12. Jimmy Herman 1996 – The Cultural center at SSHS was one of the first ones established in the province of NB and people were becoming more aware of the work that was being done. We received many visitors from other schools and we were featured in the “Aboriginal Education in New Brunswick” newsletter. Jimmy Herman- an actor known as ‘Joe on North of 60’ was visiting in the area and heard of the Cultural Center and decided to pay us a visit. He was impressed with what he saw happening at the school and autographed a hand drum that is still located in the Cultural Center.
In closing I would like to read an excerpt from “The Demand” by Chief Dan George; who among many other things, was an actor and a poet from British Columbia.
“Let no one forget it…… we are a people with Special rights guaranteed to us by promises and treaties. We do not beg for these rights, nor do we thank you….we do not thank you for them because we paid for them….and God help us the price we paid was exorbitant! We paid for them with our culture, our dignity and self-respect. We paid and paid and paid until we became a beaten race, poverty-stricken and conquered.”

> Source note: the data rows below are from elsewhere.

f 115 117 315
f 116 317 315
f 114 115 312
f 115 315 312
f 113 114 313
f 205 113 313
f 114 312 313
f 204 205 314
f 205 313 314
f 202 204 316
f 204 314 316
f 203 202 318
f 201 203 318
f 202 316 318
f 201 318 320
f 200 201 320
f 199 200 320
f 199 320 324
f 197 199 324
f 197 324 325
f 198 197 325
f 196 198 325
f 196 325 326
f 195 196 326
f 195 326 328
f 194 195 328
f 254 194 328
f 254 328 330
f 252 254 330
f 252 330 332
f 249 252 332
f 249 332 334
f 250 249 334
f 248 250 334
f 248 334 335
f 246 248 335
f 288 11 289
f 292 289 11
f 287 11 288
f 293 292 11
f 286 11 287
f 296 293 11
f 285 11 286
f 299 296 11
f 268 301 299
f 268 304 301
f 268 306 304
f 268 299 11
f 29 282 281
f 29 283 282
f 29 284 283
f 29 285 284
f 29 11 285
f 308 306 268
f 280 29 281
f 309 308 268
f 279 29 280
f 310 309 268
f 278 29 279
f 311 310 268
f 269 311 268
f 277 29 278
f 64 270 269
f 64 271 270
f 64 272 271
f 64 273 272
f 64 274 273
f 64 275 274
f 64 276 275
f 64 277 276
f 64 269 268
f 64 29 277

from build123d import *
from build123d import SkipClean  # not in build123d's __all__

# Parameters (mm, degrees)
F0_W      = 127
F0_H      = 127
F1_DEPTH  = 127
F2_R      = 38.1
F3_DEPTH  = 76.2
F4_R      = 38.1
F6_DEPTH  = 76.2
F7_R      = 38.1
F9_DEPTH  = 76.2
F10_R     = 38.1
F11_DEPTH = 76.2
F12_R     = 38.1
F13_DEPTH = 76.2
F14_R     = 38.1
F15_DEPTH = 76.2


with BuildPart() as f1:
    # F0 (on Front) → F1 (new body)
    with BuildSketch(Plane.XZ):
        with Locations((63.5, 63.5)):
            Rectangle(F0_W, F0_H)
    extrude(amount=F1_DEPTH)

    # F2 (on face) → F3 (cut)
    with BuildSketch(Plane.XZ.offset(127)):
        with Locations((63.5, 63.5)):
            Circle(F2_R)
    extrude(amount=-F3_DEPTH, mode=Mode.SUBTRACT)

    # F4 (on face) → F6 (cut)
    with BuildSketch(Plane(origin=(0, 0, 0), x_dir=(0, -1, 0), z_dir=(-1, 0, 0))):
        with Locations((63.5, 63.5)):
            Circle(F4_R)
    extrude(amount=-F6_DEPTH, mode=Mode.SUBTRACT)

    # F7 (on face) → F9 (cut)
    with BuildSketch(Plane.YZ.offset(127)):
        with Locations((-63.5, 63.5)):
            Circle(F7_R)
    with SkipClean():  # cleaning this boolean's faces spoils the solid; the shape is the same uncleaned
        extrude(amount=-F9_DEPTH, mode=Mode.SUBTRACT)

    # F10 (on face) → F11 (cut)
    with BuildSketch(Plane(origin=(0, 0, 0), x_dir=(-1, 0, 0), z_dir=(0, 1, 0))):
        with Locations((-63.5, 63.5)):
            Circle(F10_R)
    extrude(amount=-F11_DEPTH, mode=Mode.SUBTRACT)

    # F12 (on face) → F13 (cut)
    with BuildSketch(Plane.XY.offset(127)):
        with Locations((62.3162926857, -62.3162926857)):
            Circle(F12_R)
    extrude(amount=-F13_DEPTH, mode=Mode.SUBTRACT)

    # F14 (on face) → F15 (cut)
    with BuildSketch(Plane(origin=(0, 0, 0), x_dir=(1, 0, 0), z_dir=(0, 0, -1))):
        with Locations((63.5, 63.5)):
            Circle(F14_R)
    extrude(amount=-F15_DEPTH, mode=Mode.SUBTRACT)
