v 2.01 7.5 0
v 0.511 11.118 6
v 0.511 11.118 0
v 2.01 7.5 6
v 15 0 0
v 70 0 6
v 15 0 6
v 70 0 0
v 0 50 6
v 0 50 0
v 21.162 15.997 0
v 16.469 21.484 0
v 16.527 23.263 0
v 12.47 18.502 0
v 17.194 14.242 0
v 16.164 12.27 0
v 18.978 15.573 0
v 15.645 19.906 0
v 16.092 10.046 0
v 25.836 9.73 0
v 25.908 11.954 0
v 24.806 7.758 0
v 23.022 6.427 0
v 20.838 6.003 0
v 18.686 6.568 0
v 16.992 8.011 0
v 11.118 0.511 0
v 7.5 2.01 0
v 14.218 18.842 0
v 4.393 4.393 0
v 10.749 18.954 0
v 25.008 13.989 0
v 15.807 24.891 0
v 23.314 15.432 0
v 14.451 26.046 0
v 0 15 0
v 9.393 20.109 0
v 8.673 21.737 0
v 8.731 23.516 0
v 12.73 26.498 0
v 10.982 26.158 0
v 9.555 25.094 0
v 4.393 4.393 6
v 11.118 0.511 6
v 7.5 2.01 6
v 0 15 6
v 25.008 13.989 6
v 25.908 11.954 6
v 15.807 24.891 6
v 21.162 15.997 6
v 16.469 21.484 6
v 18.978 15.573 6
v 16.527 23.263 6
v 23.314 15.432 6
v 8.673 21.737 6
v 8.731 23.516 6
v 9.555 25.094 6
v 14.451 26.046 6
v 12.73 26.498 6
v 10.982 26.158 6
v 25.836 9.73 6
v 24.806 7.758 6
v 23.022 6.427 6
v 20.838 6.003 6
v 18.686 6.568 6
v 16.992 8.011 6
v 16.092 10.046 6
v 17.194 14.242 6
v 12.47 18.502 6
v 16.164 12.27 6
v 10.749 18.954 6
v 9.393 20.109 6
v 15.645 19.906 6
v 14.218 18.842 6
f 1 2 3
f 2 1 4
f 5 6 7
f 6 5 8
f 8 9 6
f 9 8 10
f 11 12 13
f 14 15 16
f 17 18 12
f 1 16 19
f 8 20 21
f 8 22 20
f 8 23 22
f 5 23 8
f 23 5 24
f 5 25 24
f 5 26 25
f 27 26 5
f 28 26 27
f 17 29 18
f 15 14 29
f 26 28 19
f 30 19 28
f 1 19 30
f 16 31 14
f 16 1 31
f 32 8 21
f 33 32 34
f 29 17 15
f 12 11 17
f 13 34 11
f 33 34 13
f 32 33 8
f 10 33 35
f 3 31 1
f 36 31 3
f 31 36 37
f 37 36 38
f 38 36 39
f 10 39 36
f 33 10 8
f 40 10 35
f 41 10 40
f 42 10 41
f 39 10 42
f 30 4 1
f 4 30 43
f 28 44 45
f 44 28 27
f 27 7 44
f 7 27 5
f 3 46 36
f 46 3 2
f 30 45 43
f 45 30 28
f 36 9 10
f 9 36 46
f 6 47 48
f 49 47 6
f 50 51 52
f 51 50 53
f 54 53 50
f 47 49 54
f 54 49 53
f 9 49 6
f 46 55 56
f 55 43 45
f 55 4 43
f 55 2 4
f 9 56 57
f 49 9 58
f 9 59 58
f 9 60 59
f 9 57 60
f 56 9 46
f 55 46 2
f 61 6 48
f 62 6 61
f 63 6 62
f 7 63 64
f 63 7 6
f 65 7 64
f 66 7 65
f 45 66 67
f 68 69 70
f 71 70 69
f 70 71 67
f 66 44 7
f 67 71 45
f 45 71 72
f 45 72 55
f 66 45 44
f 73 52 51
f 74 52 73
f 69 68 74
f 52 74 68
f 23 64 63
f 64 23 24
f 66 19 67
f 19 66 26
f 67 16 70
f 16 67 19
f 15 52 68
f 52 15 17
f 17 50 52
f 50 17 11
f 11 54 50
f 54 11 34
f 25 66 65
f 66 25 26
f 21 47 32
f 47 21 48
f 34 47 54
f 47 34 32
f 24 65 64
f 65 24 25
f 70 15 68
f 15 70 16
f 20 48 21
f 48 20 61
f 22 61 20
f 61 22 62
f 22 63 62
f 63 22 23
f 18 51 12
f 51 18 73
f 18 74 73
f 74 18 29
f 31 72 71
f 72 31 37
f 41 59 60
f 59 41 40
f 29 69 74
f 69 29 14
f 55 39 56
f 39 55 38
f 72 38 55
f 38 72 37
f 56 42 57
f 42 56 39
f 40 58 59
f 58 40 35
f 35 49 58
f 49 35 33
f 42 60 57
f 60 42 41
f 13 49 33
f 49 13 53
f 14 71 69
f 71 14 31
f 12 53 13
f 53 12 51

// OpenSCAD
$fn = 32;

// ----------------------------------------------------------------------
// Bracket plate: corner pad 70 x 50, fillet R15
// ----------------------------------------------------------------------

// --- parameters (mm) ---
hole_r = 4;               // bolt hole radius
plate_t = 6;              // plate thickness, Z (extrusion height)
leg_a = 70;               // base leg
leg_b = 50;               // height leg
fillet_r = 15;            // right-angle fillet radius
fit_tol = 0.02;           // declared fit tolerance (prompt contract)
free_tol = 0.2;           // declared free tolerance (prompt contract)

hole_d1 = 2 * hole_r + 2;
hole_d2 = 2 * hole_r;

profile = [[15, 0], [70, 0], [0, 50], [0, 15], [0.511, 11.118], [2.01, 7.5], [4.393, 4.393], [7.5, 2.01], [11.118, 0.511]];  // primary outline, 9 points, counter clockwise
void_1 = [[25.908, 11.954], [25.008, 13.989], [23.314, 15.432], [21.162, 15.997], [18.978, 15.573], [17.194, 14.242], [16.164, 12.27], [16.092, 10.046], [16.992, 8.011], [18.686, 6.568], [20.838, 6.003], [23.022, 6.427], [24.806, 7.758], [25.836, 9.73]];  // mount hole 1, 14 points
void_2 = [[16.527, 23.263], [15.807, 24.891], [14.451, 26.046], [12.73, 26.498], [10.982, 26.158], [9.555, 25.094], [8.731, 23.516], [8.673, 21.737], [9.393, 20.109], [10.749, 18.954], [12.47, 18.502], [14.218, 18.842], [15.645, 19.906], [16.469, 21.484]];  // mount hole 2, 14 points

// --- the one profile operation ---
difference() {
  linear_extrude(height = plate_t) polygon(points = profile);
  translate([0, 0, -1])
    linear_extrude(height = plate_t + 2) polygon(points = void_1);
  translate([0, 0, -1])
    linear_extrude(height = plate_t + 2) polygon(points = void_2);
}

As Aboriginal people, we still have ‘limited’ special rights due to the treaties that were signed. And our ancestors did pay for those rights with our culture, language, and at times our dignity and self –respect. We cannot change the past, but we can change the Future.
I believe, and I teach my students that ‘Knowledge Is Power”. Academic knowledge is important and equally important is knowledge about who you are – your culture, language, and traditions.
At the community school in Listuguj – Alaqsite’w Gitpu School – , we try to include all aspects of knowledge in the teachings to the students. I feel that Sugarloaf does the same. Today is a good example of this.
It was an honour to be asked to speak here today – enjoy the feast and the rest of the day.